Friday, April 25, 2008

You really don't know about China.

Update: This post deserves a fuller explanation.

Reading a list of Chinese regions, I realized why so many Chinese might be pissed off at the west for focusing on Tibet.

So I made a graph. Look for Tibet.

That's right: Tibet has only 3 million people. (The U.S. is on the right, for comparison.) There are probably hundreds of problems in China that affect as many people as what's happened in Tibet, but get next to no attention in the West.

There are two other things that strike you:

1. Social dynamics within China might be unique -- there's nowhere else with as many people who share a language and culture (more or less). Ideas could propagate differently. We'll have to readjust our thinking to get a grasp on what's happening.

2. There's a whole huge-ass part of the world -- comparable to Europe and the U.S. put together (that's without counting the people in dire poverty) churning out culture and architecture and whatever else, which I know next to nothing about, relatively speaking.

I like that; it's exciting.

I've been following the current wave of chinese nationalism through wikipedian Andrew Lih, and I hesitated posting this because I thought it might be seen as promoting that nationalism (which is just about as stupid as the Freedom Fries stuff preceding the american invasion of iraq).

But then I remembered that this blog is inaccessible in the chinese mainland (last I heard, a couple years ago). :P

Thursday, April 24, 2008

Wikipedia takes manhattan: a photographic scavenger hunt for places around our city needing photos for their Wikipedia articles. Looks like it went pretty well.


Is anyone else seeing predictive autocompletion in the Wikipedia search field?

Update: head techie Brion Vibber has the scoop. This is pretty big news -- most people have no idea how vast wikipedia is, and now the dropdown is a little window into that.

Tuesday, April 22, 2008

Warning: not Wikipedia-related.

My band, the Afternoon Round, at one of our first shows.

The recording levels are way off, but I think it rocks pretty hard. We're playing at the Heidelburg in Ann Arbor on thursday. There's some more melodic stuff on the myspace.

Sunday, April 20, 2008

WikiXMLDB provides a way of querying Wikipedia with XQuery.
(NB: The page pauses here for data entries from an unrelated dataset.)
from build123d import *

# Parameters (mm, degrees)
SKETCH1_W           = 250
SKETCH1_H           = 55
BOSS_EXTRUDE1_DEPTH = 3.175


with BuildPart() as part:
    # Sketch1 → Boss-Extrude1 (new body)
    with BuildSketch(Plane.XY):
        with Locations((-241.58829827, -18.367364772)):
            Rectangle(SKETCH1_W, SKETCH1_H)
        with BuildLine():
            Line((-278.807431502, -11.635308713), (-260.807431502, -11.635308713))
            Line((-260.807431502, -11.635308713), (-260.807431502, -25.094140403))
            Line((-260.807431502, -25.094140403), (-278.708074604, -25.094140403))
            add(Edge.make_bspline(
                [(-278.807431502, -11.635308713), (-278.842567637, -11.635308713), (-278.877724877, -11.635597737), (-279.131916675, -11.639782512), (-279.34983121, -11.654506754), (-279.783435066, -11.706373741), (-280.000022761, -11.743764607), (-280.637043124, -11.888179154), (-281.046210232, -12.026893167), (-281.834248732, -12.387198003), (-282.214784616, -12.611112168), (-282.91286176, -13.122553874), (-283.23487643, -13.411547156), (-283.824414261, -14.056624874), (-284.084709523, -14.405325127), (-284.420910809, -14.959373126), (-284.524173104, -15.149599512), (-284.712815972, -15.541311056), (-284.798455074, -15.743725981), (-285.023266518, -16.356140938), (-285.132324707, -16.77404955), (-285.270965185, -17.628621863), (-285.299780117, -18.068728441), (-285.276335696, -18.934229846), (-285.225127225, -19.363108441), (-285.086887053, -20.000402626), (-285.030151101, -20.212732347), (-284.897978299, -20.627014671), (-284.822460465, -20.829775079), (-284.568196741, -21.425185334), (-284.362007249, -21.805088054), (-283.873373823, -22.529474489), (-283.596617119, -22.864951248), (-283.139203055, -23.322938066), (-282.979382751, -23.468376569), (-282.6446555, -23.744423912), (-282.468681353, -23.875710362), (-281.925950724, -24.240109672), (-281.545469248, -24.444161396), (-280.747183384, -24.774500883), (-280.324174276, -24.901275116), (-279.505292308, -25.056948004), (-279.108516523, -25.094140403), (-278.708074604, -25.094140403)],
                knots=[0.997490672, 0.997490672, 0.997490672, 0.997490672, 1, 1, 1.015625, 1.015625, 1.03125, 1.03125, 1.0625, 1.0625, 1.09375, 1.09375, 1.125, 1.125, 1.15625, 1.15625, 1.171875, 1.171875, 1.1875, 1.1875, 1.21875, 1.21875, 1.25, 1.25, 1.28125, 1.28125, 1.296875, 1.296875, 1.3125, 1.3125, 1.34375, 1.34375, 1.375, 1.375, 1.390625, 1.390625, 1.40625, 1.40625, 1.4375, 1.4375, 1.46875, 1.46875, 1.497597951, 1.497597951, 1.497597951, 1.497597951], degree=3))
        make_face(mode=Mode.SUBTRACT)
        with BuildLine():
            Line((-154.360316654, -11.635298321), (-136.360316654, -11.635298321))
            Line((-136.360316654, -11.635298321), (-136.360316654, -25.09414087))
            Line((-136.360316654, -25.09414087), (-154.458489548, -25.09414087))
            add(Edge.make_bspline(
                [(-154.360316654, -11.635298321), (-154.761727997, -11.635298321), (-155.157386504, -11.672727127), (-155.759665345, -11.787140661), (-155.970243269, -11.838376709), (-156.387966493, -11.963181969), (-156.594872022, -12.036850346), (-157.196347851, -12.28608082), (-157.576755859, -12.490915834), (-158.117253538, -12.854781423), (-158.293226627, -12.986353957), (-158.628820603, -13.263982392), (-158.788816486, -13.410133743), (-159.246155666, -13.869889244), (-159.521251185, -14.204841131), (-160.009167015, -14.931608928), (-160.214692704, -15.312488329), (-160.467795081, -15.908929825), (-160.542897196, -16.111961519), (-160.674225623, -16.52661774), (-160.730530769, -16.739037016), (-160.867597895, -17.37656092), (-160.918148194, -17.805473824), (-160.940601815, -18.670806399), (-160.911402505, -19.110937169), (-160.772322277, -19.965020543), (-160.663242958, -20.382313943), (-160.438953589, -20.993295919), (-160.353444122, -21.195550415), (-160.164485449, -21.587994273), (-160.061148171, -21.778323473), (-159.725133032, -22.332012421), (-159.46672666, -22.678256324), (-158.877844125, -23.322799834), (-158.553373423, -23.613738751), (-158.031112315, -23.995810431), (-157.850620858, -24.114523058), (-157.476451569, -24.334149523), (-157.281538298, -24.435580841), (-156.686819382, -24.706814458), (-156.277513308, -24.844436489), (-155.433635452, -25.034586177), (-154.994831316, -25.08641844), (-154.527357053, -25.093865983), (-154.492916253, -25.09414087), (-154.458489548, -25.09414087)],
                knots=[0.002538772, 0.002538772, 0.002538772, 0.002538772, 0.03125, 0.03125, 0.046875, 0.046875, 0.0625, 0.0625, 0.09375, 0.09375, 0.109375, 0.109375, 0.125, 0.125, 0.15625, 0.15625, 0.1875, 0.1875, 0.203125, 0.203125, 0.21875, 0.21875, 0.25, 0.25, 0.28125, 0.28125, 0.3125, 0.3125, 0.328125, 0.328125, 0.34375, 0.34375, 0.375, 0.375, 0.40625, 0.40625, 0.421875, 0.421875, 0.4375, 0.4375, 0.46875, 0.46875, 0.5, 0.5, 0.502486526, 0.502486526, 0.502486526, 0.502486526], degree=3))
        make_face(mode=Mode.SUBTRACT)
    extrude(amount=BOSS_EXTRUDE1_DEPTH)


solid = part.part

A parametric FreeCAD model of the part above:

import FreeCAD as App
import Part
import Sketcher

V = App.Vector

doc = App.newDocument("Part")
body = doc.addObject("PartDesign::Body", "Body")

sketch1 = doc.addObject("Sketcher::SketchObject", "Sketch")
body.addObject(sketch1)
sketch1.AttachmentSupport = (doc.XY_Plane, [""])
sketch1.MapMode = "FlatFace"
sketch1.addGeometry(Part.LineSegment(V(-366.588298, 9.132635, 0), V(-366.588298, -45.867365, 0)), False)
sketch1.addGeometry(Part.LineSegment(V(-366.588298, -45.867365, 0), V(-116.588298, -45.867365, 0)), False)
sketch1.addGeometry(Part.LineSegment(V(-116.588298, -45.867365, 0), V(-116.588298, 9.132635, 0)), False)
sketch1.addGeometry(Part.LineSegment(V(-116.588298, 9.132635, 0), V(-366.588298, 9.132635, 0)), False)
sketch1.addGeometry(Part.BSplineCurve([V(-278.807432, -11.635309, 0), V(-278.842568, -11.635309, 0), V(-278.877725, -11.635598, 0), V(-279.131917, -11.639783, 0), V(-279.349831, -11.654507, 0), V(-279.783435, -11.706374, 0), V(-280.000023, -11.743765, 0), V(-280.637043, -11.888179, 0), V(-281.04621, -12.026893, 0), V(-281.834249, -12.387198, 0), V(-282.214785, -12.611112, 0), V(-282.912862, -13.122554, 0), V(-283.234876, -13.411547, 0), V(-283.824414, -14.056625, 0), V(-284.08471, -14.405325, 0), V(-284.420911, -14.959373, 0), V(-284.524173, -15.1496, 0), V(-284.712816, -15.541311, 0), V(-284.798455, -15.743726, 0), V(-285.023267, -16.356141, 0), V(-285.132325, -16.77405, 0), V(-285.270965, -17.628622, 0), V(-285.29978, -18.068728, 0), V(-285.276336, -18.93423, 0), V(-285.225127, -19.363108, 0), V(-285.086887, -20.000403, 0), V(-285.030151, -20.212732, 0), V(-284.897978, -20.627015, 0), V(-284.82246, -20.829775, 0), V(-284.568197, -21.425185, 0), V(-284.362007, -21.805088, 0), V(-283.873374, -22.529474, 0), V(-283.596617, -22.864951, 0), V(-283.139203, -23.322938, 0), V(-282.979383, -23.468377, 0), V(-282.644655, -23.744424, 0), V(-282.468681, -23.87571, 0), V(-281.925951, -24.24011, 0), V(-281.545469, -24.444161, 0), V(-280.747183, -24.774501, 0), V(-280.324174, -24.901275, 0), V(-279.505292, -25.056948, 0), V(-279.108517, -25.09414, 0), V(-278.708075, -25.09414, 0)], [4, 2, 2, 2, 2, 2, 2, 2, 2, 2, 2, 2, 2, 2, 2, 2, 2, 2, 2, 2, 2, 4], [0.997490672, 1, 1.015625, 1.03125, 1.0625, 1.09375, 1.125, 1.15625, 1.171875, 1.1875, 1.21875, 1.25, 1.28125, 1.296875, 1.3125, 1.34375, 1.375, 1.390625, 1.40625, 1.4375, 1.46875, 1.497597951], False, 3, [1, 1, 1, 1, 1, 1, 1, 1, 1, 1, 1, 1, 1, 1, 1, 1, 1, 1, 1, 1, 1, 1, 1, 1, 1, 1, 1, 1, 1, 1, 1, 1, 1, 1, 1, 1, 1, 1, 1, 1, 1, 1, 1, 1], False), False)
sketch1.addGeometry(Part.LineSegment(V(-278.807432, -11.635309, 0), V(-260.807432, -11.635309, 0)), False)
sketch1.addGeometry(Part.LineSegment(V(-260.807432, -11.635309, 0), V(-260.807432, -25.09414, 0)), False)
sketch1.addGeometry(Part.LineSegment(V(-260.807432, -25.09414, 0), V(-278.708075, -25.09414, 0)), False)
sketch1.addGeometry(Part.BSplineCurve([V(-154.360317, -11.635298, 0), V(-154.761728, -11.635298, 0), V(-155.157387, -11.672727, 0), V(-155.759665, -11.787141, 0), V(-155.970243, -11.838377, 0), V(-156.387966, -11.963182, 0), V(-156.594872, -12.03685, 0), V(-157.196348, -12.286081, 0), V(-157.576756, -12.490916, 0), V(-158.117254, -12.854781, 0), V(-158.293227, -12.986354, 0), V(-158.628821, -13.263982, 0), V(-158.788816, -13.410134, 0), V(-159.246156, -13.869889, 0), V(-159.521251, -14.204841, 0), V(-160.009167, -14.931609, 0), V(-160.214693, -15.312488, 0), V(-160.467795, -15.90893, 0), V(-160.542897, -16.111962, 0), V(-160.674226, -16.526618, 0), V(-160.730531, -16.739037, 0), V(-160.867598, -17.376561, 0), V(-160.918148, -17.805474, 0), V(-160.940602, -18.670806, 0), V(-160.911403, -19.110937, 0), V(-160.772322, -19.965021, 0), V(-160.663243, -20.382314, 0), V(-160.438954, -20.993296, 0), V(-160.353444, -21.19555, 0), V(-160.164485, -21.587994, 0), V(-160.061148, -21.778323, 0), V(-159.725133, -22.332012, 0), V(-159.466727, -22.678256, 0), V(-158.877844, -23.3228, 0), V(-158.553373, -23.613739, 0), V(-158.031112, -23.99581, 0), V(-157.850621, -24.114523, 0), V(-157.476452, -24.33415, 0), V(-157.281538, -24.435581, 0), V(-156.686819, -24.706814, 0), V(-156.277513, -24.844436, 0), V(-155.433635, -25.034586, 0), V(-154.994831, -25.086418, 0), V(-154.527357, -25.093866, 0), V(-154.492916, -25.094141, 0), V(-154.45849, -25.094141, 0)], [4, 2, 2, 2, 2, 2, 2, 2, 2, 2, 2, 2, 2, 2, 2, 2, 2, 2, 2, 2, 2, 2, 4], [0.002538772, 0.03125, 0.046875, 0.0625, 0.09375, 0.109375, 0.125, 0.15625, 0.1875, 0.203125, 0.21875, 0.25, 0.28125, 0.3125, 0.328125, 0.34375, 0.375, 0.40625, 0.421875, 0.4375, 0.46875, 0.5, 0.502486526], False, 3, [1, 1, 1, 1, 1, 1, 1, 1, 1, 1, 1, 1, 1, 1, 1, 1, 1, 1, 1, 1, 1, 1, 1, 1, 1, 1, 1, 1, 1, 1, 1, 1, 1, 1, 1, 1, 1, 1, 1, 1, 1, 1, 1, 1, 1, 1], False), False)
sketch1.addGeometry(Part.LineSegment(V(-154.360317, -11.635298, 0), V(-136.360317, -11.635298, 0)), False)
sketch1.addGeometry(Part.LineSegment(V(-136.360317, -11.635298, 0), V(-136.360317, -25.094141, 0)), False)
sketch1.addGeometry(Part.LineSegment(V(-136.360317, -25.094141, 0), V(-154.45849, -25.094141, 0)), False)
sketch1.addConstraint(Sketcher.Constraint("Block", 4))
sketch1.addConstraint(Sketcher.Constraint("Block", 8))
sketch1.addConstraint(Sketcher.Constraint("Coincident", 0, 2, 1, 1))
sketch1.addConstraint(Sketcher.Constraint("Coincident", 1, 2, 2, 1))
sketch1.addConstraint(Sketcher.Constraint("Coincident", 2, 2, 3, 1))
sketch1.addConstraint(Sketcher.Constraint("Coincident", 3, 2, 0, 1))
sketch1.addConstraint(Sketcher.Constraint("Coincident", 4, 1, 5, 1))
sketch1.addConstraint(Sketcher.Constraint("Coincident", 5, 2, 6, 1))
sketch1.addConstraint(Sketcher.Constraint("Coincident", 6, 2, 7, 1))
sketch1.addConstraint(Sketcher.Constraint("Coincident", 7, 2, 4, 2))
sketch1.addConstraint(Sketcher.Constraint("Coincident", 8, 1, 9, 1))
sketch1.addConstraint(Sketcher.Constraint("Coincident", 9, 2, 10, 1))
sketch1.addConstraint(Sketcher.Constraint("Coincident", 10, 2, 11, 1))
sketch1.addConstraint(Sketcher.Constraint("Coincident", 11, 2, 8, 2))
sketch1.addConstraint(Sketcher.Constraint("Vertical", 0))
sketch1.addConstraint(Sketcher.Constraint("Horizontal", 1))
sketch1.addConstraint(Sketcher.Constraint("Vertical", 2))
sketch1.addConstraint(Sketcher.Constraint("Horizontal", 3))
sketch1.addConstraint(Sketcher.Constraint("Horizontal", 5))
sketch1.addConstraint(Sketcher.Constraint("Vertical", 6))
sketch1.addConstraint(Sketcher.Constraint("Horizontal", 7))
sketch1.addConstraint(Sketcher.Constraint("Horizontal", 9))
sketch1.addConstraint(Sketcher.Constraint("Vertical", 10))
sketch1.addConstraint(Sketcher.Constraint("Horizontal", 11))
sketch1.addConstraint(Sketcher.Constraint("Equal", 5, 9))
sketch1.addConstraint(Sketcher.Constraint("DistanceX", 1, 1, 1, 2, 250.0))
sketch1.addConstraint(Sketcher.Constraint("DistanceX", 5, 1, 5, 2, 18.0))
sketch1.addConstraint(Sketcher.Constraint("DistanceY", 0, 2, 0, 1, 55.0))
sketch1.addConstraint(Sketcher.Constraint("DistanceX", 0, 2, -1, 1, 366.588298))
sketch1.addConstraint(Sketcher.Constraint("DistanceY", 0, 2, -1, 1, 45.867365))
pad1 = doc.addObject("PartDesign::Pad", "Pad")
body.addObject(pad1)
pad1.Profile = sketch1
pad1.Length = 3.175

doc.recompute()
With all the benefits that Wikipedia promises, it is not easy to use it off-the-shelf in applications. While Wikipedia is available for download in an XML format, individual articles are formatted in a proprietary wiki format. So the most interesting uses of Wikipedia in applications are still locked behind the access troubles.
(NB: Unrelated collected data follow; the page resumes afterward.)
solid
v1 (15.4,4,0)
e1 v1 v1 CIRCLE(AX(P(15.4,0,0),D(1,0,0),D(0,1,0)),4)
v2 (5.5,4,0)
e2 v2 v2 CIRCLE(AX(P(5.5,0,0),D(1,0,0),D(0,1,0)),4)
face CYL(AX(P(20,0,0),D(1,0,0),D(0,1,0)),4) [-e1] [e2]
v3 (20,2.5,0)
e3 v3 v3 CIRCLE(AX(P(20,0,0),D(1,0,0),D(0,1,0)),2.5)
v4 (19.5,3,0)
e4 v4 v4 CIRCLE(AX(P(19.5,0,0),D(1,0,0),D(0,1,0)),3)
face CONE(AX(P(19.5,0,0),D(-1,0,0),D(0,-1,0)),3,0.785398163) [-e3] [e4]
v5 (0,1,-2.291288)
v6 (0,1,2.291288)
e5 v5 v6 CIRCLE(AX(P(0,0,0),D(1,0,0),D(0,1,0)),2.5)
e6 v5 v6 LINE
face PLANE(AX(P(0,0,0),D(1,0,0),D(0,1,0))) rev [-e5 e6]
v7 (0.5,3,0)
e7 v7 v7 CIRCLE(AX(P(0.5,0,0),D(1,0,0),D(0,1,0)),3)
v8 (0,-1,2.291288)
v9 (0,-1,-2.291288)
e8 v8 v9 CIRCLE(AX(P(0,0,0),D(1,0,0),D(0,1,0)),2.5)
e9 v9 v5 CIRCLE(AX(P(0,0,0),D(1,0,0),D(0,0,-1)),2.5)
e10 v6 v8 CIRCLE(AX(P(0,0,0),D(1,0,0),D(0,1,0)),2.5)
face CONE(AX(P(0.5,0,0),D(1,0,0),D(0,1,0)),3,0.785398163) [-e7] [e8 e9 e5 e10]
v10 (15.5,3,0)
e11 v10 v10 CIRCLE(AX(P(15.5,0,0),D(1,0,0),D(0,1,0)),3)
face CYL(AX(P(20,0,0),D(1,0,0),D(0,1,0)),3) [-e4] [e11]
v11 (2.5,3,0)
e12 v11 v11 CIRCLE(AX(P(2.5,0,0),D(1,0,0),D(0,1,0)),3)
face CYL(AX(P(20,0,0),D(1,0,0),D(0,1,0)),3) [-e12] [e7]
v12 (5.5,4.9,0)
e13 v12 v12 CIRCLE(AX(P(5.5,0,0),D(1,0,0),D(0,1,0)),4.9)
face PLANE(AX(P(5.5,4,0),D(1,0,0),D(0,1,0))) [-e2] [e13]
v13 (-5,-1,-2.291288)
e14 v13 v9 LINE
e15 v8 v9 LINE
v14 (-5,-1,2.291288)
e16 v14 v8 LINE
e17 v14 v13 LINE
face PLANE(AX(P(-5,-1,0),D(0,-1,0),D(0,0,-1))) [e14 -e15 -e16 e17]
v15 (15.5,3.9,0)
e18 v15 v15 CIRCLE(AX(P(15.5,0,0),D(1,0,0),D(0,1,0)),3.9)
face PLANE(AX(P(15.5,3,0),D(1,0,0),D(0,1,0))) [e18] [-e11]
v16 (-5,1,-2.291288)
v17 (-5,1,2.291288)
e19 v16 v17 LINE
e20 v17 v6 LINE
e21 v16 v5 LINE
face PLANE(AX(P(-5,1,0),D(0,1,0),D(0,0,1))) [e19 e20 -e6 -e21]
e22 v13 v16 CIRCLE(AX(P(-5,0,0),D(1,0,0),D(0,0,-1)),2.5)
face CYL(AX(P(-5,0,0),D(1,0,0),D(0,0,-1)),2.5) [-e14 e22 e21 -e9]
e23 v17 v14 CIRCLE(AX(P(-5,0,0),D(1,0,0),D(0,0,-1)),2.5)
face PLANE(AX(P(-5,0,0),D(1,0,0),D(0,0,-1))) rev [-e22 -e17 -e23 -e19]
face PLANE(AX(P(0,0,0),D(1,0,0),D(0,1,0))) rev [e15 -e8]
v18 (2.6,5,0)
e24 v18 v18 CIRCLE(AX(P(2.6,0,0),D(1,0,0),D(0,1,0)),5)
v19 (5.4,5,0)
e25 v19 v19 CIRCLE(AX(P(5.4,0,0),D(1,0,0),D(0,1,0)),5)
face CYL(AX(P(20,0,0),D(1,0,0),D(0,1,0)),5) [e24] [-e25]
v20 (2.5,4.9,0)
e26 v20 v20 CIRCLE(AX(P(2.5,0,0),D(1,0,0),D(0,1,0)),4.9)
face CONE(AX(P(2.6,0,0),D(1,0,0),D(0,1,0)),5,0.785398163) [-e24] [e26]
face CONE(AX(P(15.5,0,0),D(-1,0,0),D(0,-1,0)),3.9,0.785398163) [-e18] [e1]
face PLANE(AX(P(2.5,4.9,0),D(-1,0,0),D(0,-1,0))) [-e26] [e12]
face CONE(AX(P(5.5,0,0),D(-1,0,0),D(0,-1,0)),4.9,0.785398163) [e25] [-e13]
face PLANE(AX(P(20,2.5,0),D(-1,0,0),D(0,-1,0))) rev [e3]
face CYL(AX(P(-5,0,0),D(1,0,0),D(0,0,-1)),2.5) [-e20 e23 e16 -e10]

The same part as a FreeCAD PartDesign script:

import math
import FreeCAD as App
import Part
import Sketcher
from FreeCAD import Vector
Q = App.Units.Quantity


def add_polygon(sketch, points):
    """Adds a closed chain of lines whose ends are joined by coincident constraints."""
    first, n = sketch.GeometryCount, len(points)
    for a, b in zip(points, points[1:] + points[:1]):
        sketch.addGeometry(Part.LineSegment(App.Vector(*a, 0), App.Vector(*b, 0)), False)
    for i in range(n):
        sketch.addConstraint(Sketcher.Constraint("Coincident", first + i, 2, first + (i + 1) % n, 1))

doc = App.newDocument("Part")
body = doc.addObject("PartDesign::Body", "Body")

# Sketch on XY plane
sketch1 = body.newObject("Sketcher::SketchObject", "Sketch")
sketch1.AttachmentSupport = (doc.getObject("XY_Plane"), [""])
sketch1.MapMode = "FlatFace"
add_polygon(sketch1, [(0, 2.5), (0, 0), (20, 0), (20, 2.5), (19.5, 3), (15.5, 3), (15.5, 3.9), (15.4, 4), (5.5, 4), (5.5, 4.9), (5.4, 5), (2.6, 5), (2.5, 4.9), (2.5, 3), (0.5, 3)])  # lines 0-14
sketch1.addConstraint([
    Sketcher.Constraint("Vertical", 0),
    Sketcher.Constraint("Horizontal", 1),
    Sketcher.Constraint("Vertical", 2),
    Sketcher.Constraint("Horizontal", 4),
    Sketcher.Constraint("Vertical", 5),
    Sketcher.Constraint("Horizontal", 7),
    Sketcher.Constraint("Vertical", 8),
    Sketcher.Constraint("Horizontal", 10),
    Sketcher.Constraint("Vertical", 12),
    Sketcher.Constraint("Horizontal", 13),
    Sketcher.Constraint("Coincident", 0, 2, -1, 1),
    Sketcher.Constraint("Parallel", 3, 6),
    Sketcher.Constraint("Parallel", 6, 9),
    Sketcher.Constraint("Perpendicular", 9, 11),
    Sketcher.Constraint("Parallel", 11, 14),
    Sketcher.Constraint("Horizontal", 8, 2, 11, 2),
    Sketcher.Constraint("Horizontal", 4, 2, 12, 2),
    Sketcher.Constraint("Horizontal", 2, 2, 14, 2),
    Sketcher.Constraint("Equal", 5, 8),
    Sketcher.Constraint("Equal", 6, 9),
    Sketcher.Constraint("Equal", 9, 11),
    Sketcher.Constraint("DistanceX", 1, 1, 1, 2, Q("20 mm")),
    Sketcher.Constraint("DistanceX", 4, 2, 4, 1, Q("4 mm")),
    Sketcher.Constraint("DistanceX", 13, 2, 13, 1, Q("2 mm")),
    Sketcher.Constraint("DistanceX", 7, 2, 7, 1, Q("9.9 mm")),
    Sketcher.Constraint("DistanceX", 10, 2, 10, 1, Q("2.8 mm")),
    Sketcher.Constraint("DistanceY", 0, 2, 0, 1, Q("2.5 mm")),
    Sketcher.Constraint("DistanceY", 5, 1, 5, 2, Q("0.9 mm")),
    Sketcher.Constraint("DistanceY", 12, 2, 12, 1, Q("1.9 mm")),
])
revolution = body.newObject("PartDesign::Revolution", "Revolution")
revolution.Profile = sketch1
revolution.ReferenceAxis = (sketch1, ["H_Axis"])
revolution.Angle = 360

# Sketch on YZ plane
sketch2 = body.newObject("Sketcher::SketchObject", "Sketch001")
sketch2.AttachmentSupport = (doc.getObject("YZ_Plane"), [""])
sketch2.MapMode = "FlatFace"
sketch2.addGeometry([
    Part.ArcOfCircle(Part.Circle(Vector(0, 0, 0), Vector(0, 0, 1), 2.5), math.radians(-114), math.radians(-66)),
    Part.LineSegment(Vector(1, -2.3, 0), Vector(1, 2.3, 0)),
    Part.ArcOfCircle(Part.Circle(Vector(0, 0, 0), Vector(0, 0, 1), 2.5), math.radians(66), math.radians(114)),
    Part.LineSegment(Vector(-1, 2.3, 0), Vector(-1, -2.3, 0)),
], False)
sketch2.addConstraint([
    Sketcher.Constraint("Coincident", 0, 2, 1, 1),
    Sketcher.Constraint("Coincident", 1, 2, 2, 1),
    Sketcher.Constraint("Coincident", 2, 2, 3, 1),
    Sketcher.Constraint("Coincident", 3, 2, 0, 1),
    Sketcher.Constraint("Vertical", 1),
    Sketcher.Constraint("Vertical", 3),
    Sketcher.Constraint("Coincident", 0, 3, -1, 1),
    Sketcher.Constraint("Coincident", 2, 3, -1, 1),
    Sketcher.Constraint("Equal", 0, 2),
    Sketcher.Constraint("Horizontal", 1, 2, 2, 2),
    Sketcher.Constraint("Radius", 0, Q("2.5 mm")),
    Sketcher.Constraint("DistanceX", -1, 1, 0, 2, Q("1 mm")),
])
pad1 = body.newObject("PartDesign::Pad", "Pad")
pad1.Profile = sketch2
pad1.Length = 5
pad1.Reversed = True

doc.recompute()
Here is where WikiXMLDB comes to the rescue. We have parsed the entire English Wikipedia content into XML representation (its total size is about 21GB), loaded it into Sedna and provided a query interface to it. Now you can dissect individual articles, rip out abstracts, sections, links, infoboxes and other components. Or you can combine pieces of existing documents into new XML documents and convert them to web pages with XSLT for example. And you can do it all using the standard W3C XQuery Language. So finally you can start enriching your content with data from Wikipedia and unlock its power for your applications.